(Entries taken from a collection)
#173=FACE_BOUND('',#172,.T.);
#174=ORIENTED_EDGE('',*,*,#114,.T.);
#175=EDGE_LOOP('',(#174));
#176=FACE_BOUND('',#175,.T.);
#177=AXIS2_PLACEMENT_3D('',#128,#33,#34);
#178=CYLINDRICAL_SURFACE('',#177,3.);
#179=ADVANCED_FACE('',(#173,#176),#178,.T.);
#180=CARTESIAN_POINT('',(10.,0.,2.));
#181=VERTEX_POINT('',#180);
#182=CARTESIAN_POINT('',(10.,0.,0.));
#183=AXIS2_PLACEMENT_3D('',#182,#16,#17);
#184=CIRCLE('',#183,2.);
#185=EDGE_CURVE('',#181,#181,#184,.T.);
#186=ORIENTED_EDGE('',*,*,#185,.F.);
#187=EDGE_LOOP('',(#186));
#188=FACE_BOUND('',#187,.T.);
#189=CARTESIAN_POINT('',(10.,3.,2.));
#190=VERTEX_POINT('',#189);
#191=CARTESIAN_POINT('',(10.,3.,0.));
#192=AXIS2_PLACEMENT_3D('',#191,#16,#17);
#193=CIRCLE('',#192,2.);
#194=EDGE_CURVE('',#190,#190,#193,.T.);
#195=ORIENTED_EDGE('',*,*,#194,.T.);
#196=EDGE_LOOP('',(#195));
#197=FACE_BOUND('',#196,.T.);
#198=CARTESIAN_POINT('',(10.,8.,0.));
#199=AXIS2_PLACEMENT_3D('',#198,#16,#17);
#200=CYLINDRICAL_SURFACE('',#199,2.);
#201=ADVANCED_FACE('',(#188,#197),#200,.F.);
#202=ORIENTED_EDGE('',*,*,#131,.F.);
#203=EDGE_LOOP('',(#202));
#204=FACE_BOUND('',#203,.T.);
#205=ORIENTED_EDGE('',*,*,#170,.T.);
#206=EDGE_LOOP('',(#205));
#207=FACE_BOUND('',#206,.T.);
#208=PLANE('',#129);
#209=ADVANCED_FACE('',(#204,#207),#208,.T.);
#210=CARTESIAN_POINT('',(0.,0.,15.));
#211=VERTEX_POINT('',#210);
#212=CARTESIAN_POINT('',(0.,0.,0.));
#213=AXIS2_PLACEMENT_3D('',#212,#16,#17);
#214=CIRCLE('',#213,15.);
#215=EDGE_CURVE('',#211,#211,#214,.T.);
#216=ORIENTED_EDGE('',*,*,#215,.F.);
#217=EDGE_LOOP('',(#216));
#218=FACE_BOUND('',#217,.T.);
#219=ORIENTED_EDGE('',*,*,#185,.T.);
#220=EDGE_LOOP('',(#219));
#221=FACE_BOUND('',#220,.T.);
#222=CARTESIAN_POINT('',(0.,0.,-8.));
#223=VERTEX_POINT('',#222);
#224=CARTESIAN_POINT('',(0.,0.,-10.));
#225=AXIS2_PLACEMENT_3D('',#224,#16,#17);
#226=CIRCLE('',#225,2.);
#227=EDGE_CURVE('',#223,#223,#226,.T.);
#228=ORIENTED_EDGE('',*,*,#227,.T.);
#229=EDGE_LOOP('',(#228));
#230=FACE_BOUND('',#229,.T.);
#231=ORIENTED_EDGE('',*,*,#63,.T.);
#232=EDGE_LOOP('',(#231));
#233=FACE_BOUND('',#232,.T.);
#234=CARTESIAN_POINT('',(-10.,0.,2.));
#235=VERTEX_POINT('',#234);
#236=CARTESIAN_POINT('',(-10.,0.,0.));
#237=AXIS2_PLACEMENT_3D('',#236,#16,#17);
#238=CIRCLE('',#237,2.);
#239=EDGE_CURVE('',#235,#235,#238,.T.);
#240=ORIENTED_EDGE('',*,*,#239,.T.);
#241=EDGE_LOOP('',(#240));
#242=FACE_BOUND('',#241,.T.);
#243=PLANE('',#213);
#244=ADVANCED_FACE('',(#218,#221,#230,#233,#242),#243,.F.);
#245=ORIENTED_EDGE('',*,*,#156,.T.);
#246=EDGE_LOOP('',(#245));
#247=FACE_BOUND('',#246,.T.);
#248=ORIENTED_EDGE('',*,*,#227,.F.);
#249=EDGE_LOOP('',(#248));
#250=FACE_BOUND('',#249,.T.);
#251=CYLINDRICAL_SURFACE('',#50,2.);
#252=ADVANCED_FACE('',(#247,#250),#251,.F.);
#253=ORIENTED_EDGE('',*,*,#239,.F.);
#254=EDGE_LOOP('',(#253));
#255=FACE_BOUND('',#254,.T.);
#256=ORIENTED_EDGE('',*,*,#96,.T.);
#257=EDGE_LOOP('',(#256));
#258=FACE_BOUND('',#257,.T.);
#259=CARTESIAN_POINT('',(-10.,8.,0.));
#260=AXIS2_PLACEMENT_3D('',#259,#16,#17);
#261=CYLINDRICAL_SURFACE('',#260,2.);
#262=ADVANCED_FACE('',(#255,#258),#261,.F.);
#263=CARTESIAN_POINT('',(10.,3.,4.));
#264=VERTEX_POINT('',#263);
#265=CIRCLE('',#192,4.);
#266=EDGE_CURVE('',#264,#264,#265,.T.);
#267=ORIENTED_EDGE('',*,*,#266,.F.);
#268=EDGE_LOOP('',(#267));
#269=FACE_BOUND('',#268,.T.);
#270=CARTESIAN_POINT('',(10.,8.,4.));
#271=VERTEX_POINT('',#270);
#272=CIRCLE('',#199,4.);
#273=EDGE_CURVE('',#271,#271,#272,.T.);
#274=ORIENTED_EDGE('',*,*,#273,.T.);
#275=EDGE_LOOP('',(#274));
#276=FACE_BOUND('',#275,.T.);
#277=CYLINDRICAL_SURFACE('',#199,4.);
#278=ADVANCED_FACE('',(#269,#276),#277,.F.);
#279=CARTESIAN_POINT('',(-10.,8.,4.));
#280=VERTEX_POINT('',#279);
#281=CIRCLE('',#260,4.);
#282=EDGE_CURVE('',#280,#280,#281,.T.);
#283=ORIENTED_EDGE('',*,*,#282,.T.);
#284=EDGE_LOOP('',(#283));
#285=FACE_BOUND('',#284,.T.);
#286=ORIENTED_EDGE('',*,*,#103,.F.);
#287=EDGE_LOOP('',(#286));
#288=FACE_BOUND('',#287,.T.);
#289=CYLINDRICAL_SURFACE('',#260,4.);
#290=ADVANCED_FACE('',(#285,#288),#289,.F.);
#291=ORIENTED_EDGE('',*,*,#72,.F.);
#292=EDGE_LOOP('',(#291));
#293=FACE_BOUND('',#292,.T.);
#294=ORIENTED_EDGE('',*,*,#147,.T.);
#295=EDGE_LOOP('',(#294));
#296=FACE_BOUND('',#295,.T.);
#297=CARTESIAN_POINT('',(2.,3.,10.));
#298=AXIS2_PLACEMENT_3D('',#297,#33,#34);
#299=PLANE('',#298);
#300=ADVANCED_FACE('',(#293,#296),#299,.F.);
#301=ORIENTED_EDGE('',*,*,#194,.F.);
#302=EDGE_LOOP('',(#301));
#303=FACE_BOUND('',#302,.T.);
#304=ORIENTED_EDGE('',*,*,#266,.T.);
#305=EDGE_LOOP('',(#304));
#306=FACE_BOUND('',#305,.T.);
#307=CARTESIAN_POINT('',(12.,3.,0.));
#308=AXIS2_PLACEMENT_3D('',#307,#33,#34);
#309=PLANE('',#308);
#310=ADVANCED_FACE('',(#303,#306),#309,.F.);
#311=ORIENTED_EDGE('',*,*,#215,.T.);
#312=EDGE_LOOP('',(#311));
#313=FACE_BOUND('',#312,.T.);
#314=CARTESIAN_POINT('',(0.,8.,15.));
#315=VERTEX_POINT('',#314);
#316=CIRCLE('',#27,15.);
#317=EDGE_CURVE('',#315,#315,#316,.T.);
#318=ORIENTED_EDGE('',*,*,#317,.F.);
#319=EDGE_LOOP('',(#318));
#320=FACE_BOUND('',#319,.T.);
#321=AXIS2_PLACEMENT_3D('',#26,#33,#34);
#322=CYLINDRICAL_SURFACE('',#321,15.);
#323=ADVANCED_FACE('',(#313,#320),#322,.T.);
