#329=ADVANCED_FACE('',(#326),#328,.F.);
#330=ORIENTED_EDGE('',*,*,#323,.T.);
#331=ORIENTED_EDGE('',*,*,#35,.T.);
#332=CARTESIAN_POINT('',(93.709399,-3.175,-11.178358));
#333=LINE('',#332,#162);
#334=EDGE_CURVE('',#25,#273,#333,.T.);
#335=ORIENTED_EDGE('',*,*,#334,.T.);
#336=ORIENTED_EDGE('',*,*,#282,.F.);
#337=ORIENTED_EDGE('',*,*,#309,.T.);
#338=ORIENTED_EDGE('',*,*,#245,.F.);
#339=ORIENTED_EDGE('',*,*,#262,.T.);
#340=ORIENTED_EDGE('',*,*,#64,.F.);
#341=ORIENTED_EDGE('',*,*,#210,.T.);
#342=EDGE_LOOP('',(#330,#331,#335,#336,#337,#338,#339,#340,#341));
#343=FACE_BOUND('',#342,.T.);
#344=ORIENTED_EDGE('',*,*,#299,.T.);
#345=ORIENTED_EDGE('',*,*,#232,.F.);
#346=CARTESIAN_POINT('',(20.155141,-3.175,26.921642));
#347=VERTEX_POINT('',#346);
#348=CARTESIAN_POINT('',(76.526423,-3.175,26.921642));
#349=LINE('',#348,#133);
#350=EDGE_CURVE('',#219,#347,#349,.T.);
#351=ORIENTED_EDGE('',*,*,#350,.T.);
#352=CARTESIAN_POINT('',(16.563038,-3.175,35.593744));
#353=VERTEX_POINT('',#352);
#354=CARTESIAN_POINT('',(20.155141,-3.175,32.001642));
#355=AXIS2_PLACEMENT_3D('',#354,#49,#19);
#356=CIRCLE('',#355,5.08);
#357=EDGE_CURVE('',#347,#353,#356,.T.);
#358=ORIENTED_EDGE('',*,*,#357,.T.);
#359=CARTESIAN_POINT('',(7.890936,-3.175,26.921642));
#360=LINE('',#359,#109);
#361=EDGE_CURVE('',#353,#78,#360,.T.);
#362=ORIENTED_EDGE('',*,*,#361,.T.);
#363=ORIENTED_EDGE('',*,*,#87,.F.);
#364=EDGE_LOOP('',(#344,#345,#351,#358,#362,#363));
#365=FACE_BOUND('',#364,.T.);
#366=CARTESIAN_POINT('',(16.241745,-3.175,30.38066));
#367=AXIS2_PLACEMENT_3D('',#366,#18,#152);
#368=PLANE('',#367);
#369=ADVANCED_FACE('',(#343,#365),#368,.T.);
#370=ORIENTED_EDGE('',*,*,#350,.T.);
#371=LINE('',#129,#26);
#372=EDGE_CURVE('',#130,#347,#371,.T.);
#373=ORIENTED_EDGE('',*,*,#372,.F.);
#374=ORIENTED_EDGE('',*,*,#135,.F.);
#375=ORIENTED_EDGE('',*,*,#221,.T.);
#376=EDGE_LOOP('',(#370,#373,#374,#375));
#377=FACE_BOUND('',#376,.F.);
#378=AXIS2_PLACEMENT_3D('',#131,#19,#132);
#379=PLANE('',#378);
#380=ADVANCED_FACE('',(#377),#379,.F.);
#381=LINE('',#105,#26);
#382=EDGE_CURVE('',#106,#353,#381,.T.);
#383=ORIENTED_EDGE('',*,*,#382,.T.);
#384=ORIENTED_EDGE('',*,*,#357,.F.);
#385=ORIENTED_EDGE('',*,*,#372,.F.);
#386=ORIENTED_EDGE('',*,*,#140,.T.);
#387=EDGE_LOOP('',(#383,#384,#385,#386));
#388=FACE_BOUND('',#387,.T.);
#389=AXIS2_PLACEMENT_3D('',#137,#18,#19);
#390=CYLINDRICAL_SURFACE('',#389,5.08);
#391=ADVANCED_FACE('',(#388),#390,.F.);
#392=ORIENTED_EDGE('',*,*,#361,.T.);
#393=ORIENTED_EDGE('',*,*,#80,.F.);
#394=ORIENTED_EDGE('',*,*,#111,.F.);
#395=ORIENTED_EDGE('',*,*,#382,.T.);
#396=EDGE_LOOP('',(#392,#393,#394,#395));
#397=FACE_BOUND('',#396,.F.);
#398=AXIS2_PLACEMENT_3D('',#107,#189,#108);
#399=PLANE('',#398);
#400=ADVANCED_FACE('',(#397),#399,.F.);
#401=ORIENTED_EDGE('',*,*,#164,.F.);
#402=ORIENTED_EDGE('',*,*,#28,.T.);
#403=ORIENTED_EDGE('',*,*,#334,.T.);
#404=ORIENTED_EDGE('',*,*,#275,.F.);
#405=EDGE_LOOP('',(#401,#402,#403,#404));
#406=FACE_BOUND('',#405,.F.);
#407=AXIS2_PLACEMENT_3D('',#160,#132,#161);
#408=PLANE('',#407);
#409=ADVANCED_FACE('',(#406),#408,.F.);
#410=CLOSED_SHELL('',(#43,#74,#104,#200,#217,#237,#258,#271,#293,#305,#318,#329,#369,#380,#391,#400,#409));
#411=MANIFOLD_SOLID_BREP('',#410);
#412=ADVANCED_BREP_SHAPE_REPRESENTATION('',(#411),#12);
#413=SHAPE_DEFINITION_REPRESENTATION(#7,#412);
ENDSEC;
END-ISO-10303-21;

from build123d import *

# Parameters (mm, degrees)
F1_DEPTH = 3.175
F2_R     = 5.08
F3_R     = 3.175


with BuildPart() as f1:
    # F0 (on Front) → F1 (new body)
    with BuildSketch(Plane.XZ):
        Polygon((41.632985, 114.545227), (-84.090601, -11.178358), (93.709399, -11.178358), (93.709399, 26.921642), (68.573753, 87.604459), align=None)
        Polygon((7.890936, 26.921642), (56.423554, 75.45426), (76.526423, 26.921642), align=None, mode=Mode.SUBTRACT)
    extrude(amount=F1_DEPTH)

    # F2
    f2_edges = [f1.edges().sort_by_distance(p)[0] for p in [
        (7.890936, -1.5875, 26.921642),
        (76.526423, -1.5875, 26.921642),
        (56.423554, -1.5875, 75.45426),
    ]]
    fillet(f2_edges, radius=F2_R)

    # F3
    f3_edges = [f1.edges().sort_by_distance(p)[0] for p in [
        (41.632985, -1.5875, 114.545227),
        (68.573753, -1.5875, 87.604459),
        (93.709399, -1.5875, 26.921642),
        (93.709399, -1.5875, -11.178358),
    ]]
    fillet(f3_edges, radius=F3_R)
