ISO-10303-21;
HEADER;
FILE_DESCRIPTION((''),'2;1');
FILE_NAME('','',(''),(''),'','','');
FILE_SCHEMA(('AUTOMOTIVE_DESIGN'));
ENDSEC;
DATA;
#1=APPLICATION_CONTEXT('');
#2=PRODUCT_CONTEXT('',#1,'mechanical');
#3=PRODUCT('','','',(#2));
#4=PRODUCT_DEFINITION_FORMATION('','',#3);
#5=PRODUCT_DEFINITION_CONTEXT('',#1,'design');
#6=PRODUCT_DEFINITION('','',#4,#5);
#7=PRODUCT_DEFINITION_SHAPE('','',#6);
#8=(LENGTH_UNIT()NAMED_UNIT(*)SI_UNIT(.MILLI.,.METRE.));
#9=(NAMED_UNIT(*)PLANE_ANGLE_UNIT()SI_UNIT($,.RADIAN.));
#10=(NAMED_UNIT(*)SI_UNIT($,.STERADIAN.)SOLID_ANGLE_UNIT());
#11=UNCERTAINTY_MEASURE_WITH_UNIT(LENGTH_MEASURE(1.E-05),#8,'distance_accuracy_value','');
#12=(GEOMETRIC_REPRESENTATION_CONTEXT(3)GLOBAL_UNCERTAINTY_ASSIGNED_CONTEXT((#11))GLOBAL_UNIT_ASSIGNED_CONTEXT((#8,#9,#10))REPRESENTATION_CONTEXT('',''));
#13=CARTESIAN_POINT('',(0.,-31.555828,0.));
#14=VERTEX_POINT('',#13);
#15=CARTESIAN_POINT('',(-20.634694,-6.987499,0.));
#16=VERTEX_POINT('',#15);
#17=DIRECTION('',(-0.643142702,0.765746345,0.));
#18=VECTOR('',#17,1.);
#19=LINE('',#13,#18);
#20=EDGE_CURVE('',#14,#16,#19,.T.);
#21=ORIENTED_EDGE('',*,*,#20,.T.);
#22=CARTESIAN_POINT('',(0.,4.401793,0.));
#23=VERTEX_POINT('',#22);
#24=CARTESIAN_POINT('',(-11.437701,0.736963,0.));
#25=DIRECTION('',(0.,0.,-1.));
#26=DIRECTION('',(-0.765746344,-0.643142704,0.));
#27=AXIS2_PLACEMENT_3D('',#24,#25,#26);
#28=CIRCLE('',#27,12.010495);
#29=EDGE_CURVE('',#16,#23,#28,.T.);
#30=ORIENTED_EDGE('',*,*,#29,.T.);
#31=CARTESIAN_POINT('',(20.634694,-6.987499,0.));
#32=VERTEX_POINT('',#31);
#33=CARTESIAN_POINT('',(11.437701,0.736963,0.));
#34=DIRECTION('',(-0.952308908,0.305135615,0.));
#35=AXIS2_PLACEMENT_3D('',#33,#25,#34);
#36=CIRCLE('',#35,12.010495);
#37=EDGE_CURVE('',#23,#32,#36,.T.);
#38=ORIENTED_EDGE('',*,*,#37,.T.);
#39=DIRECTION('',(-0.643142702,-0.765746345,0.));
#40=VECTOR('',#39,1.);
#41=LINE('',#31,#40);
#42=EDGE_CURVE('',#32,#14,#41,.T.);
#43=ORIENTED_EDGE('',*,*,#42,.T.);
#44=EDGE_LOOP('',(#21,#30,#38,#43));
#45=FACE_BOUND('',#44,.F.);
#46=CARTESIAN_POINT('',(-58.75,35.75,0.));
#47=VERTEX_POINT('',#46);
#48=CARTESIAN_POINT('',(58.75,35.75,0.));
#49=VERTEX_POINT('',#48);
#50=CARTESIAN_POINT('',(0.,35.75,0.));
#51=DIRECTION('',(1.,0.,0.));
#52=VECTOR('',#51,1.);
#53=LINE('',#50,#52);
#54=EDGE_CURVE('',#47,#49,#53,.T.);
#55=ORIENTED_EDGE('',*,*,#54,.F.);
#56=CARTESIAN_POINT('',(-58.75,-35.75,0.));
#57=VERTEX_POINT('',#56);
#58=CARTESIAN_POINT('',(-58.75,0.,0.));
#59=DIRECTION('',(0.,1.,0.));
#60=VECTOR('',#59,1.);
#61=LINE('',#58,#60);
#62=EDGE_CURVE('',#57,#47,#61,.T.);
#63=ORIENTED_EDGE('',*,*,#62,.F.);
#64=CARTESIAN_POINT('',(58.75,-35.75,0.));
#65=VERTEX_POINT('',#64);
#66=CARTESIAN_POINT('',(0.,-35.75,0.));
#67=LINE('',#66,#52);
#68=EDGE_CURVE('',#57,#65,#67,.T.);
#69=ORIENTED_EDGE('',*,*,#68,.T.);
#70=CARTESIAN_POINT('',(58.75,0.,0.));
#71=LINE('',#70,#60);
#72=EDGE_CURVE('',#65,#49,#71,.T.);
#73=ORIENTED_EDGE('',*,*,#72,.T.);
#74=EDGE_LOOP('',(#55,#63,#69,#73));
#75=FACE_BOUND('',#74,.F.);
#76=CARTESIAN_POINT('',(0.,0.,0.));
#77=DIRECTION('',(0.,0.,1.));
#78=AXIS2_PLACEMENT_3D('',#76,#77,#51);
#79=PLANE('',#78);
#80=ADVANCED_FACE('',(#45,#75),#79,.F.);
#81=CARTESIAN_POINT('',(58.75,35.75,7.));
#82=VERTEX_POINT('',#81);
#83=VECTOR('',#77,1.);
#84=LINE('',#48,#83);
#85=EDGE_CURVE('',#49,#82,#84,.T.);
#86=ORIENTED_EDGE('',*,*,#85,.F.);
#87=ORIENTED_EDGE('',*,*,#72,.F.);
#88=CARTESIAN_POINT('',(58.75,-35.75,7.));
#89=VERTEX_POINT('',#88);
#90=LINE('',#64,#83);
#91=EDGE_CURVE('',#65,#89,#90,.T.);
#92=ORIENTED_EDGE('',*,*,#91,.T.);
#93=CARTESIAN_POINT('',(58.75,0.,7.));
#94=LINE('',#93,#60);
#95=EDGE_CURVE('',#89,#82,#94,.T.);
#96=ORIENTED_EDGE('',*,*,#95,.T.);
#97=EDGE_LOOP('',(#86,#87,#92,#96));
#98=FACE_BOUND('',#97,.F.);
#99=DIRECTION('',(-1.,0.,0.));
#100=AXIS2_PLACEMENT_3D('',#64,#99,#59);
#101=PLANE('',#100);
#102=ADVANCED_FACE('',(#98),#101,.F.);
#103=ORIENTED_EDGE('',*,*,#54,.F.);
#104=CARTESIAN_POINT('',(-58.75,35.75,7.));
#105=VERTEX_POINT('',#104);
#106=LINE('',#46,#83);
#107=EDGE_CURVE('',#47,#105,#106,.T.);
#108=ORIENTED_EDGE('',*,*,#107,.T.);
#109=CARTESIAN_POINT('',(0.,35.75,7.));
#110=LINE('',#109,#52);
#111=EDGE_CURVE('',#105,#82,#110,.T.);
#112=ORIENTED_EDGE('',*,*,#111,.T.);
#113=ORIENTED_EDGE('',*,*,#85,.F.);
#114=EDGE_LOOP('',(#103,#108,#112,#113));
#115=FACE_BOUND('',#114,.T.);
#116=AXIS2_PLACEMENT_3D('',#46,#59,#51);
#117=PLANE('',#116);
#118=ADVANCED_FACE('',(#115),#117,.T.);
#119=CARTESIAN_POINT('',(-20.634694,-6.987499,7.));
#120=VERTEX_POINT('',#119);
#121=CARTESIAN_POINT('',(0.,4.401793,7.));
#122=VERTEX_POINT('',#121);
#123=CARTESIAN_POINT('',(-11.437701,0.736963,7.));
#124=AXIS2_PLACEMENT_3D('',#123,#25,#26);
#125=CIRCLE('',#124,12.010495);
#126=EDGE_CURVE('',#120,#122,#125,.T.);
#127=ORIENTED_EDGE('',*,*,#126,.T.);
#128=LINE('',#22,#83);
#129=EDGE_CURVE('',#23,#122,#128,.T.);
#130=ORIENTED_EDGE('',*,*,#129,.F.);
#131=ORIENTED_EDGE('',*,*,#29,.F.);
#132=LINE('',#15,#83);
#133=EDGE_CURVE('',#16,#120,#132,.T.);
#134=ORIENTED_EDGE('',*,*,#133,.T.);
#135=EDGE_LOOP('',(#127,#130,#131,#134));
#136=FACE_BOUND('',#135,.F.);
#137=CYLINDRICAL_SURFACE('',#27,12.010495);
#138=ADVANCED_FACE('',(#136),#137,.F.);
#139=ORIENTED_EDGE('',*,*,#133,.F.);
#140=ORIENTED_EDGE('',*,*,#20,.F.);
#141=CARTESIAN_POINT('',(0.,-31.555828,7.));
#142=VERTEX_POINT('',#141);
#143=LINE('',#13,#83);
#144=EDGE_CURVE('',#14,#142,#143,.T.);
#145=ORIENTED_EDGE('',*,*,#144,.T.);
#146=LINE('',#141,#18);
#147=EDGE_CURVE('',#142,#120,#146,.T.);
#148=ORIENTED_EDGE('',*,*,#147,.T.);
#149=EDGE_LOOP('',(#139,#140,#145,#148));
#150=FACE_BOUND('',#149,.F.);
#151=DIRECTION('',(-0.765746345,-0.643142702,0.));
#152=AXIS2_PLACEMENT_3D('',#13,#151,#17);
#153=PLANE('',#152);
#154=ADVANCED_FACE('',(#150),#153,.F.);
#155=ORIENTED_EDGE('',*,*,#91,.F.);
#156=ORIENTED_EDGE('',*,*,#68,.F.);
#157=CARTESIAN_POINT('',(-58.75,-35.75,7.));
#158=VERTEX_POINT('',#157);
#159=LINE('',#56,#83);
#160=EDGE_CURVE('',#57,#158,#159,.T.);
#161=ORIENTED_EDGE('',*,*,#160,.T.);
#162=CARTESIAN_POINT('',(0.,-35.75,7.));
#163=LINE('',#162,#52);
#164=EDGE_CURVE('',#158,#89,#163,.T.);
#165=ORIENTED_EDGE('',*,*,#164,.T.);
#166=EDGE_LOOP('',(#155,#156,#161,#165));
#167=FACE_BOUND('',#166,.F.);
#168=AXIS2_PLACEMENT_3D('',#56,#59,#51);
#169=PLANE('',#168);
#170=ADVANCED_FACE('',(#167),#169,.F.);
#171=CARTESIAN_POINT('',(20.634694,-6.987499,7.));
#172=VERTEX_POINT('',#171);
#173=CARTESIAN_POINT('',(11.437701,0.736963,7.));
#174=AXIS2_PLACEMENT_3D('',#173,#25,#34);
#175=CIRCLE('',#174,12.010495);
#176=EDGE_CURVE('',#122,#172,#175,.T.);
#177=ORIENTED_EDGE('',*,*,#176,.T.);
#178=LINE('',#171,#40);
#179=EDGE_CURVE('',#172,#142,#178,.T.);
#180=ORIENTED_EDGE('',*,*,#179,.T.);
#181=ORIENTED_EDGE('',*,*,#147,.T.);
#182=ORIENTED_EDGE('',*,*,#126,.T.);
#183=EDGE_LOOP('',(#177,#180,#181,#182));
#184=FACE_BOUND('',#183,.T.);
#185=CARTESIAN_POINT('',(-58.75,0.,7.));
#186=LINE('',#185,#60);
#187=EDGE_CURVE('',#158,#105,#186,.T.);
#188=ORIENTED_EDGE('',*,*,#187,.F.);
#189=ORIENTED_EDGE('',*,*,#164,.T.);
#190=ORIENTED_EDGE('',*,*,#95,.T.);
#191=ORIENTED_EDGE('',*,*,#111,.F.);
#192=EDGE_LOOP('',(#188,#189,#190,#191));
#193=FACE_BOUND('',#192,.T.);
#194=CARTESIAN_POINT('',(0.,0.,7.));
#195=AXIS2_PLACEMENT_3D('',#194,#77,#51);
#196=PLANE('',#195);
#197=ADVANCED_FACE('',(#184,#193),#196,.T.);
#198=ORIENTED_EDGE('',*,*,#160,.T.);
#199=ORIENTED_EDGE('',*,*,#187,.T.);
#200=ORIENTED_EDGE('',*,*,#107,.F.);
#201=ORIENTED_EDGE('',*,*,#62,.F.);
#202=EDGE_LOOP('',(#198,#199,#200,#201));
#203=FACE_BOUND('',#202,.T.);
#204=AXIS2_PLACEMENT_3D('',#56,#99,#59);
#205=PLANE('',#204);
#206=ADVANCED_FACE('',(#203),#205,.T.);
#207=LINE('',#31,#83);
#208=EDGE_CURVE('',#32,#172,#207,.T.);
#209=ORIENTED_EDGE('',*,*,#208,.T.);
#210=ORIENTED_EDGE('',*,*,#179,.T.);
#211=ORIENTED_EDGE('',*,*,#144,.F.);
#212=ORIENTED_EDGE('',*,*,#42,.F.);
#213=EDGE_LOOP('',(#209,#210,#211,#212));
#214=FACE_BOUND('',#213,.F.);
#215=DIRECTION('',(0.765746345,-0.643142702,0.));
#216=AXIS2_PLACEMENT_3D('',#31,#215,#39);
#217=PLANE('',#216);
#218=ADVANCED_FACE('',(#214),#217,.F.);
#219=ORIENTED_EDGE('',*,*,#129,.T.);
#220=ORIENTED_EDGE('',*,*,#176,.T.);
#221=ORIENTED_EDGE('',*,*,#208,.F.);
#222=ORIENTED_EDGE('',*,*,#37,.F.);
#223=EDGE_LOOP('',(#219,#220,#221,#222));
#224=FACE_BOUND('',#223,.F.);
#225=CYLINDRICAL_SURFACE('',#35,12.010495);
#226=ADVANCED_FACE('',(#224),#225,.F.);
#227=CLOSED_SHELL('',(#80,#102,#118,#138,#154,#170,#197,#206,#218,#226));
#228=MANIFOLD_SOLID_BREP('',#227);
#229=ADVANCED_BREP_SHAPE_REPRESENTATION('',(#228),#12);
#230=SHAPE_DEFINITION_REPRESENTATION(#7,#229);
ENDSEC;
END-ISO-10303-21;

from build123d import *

# Parameters (mm, degrees)
F0_W     = 117.5
F0_H     = 71.5
F1_DEPTH = 7


with BuildPart() as f1:
    # F0 (on Top) → F1 (new body)
    with BuildSketch(Plane.XY):
        Rectangle(F0_W, F0_H)
        with BuildLine():
            Line((20.634694, -6.987499), (0, -31.555828))
            Line((0, -31.555828), (-20.634694, -6.987499))
            ThreePointArc((-20.634694, -6.987499), (-17.241509, 11.252086), (0, 4.401793))
            ThreePointArc((0, 4.401793), (17.241509, 11.252086), (20.634694, -6.987499))
        make_face(mode=Mode.SUBTRACT)
    extrude(amount=F1_DEPTH)


solid = f1.part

* _What needs to be done_
All that is wanted is the stretch of lines above from the one containing "#349=LINE('',#348,#133);" through the one containing "#377=FACE_BOUND('',#376,.F.);", duplicated exactly.

* _Result for this exercise_
#349=LINE('',#348,#133);
#350=EDGE_CURVE('',#219,#347,#349,.T.);
#351=ORIENTED_EDGE('',*,*,#350,.T.);
#352=CARTESIAN_POINT('',(16.563038,-3.175,35.593744));
#353=VERTEX_POINT('',#352);
#354=CARTESIAN_POINT('',(20.155141,-3.175,32.001642));
#355=AXIS2_PLACEMENT_3D('',#354,#49,#19);
#356=CIRCLE('',#355,5.08);
#357=EDGE_CURVE('',#347,#353,#356,.T.);
#358=ORIENTED_EDGE('',*,*,#357,.T.);
#359=CARTESIAN_POINT('',(7.890936,-3.175,26.921642));
#360=LINE('',#359,#109);
#361=EDGE_CURVE('',#353,#78,#360,.T.);
#362=ORIENTED_EDGE('',*,*,#361,.T.);
#363=ORIENTED_EDGE('',*,*,#87,.F.);
#364=EDGE_LOOP('',(#344,#345,#351,#358,#362,#363));
#365=FACE_BOUND('',#364,.T.);
#366=CARTESIAN_POINT('',(16.241745,-3.175,30.38066));
#367=AXIS2_PLACEMENT_3D('',#366,#18,#152);
#368=PLANE('',#367);
#369=ADVANCED_FACE('',(#343,#365),#368,.T.);
#370=ORIENTED_EDGE('',*,*,#350,.T.);
#371=LINE('',#129,#26);
#372=EDGE_CURVE('',#130,#347,#371,.T.);
#373=ORIENTED_EDGE('',*,*,#372,.F.);
#374=ORIENTED_EDGE('',*,*,#135,.F.);
#375=ORIENTED_EDGE('',*,*,#221,.T.);
#376=EDGE_LOOP('',(#370,#373,#374,#375));
#377=FACE_BOUND('',#376,.F.);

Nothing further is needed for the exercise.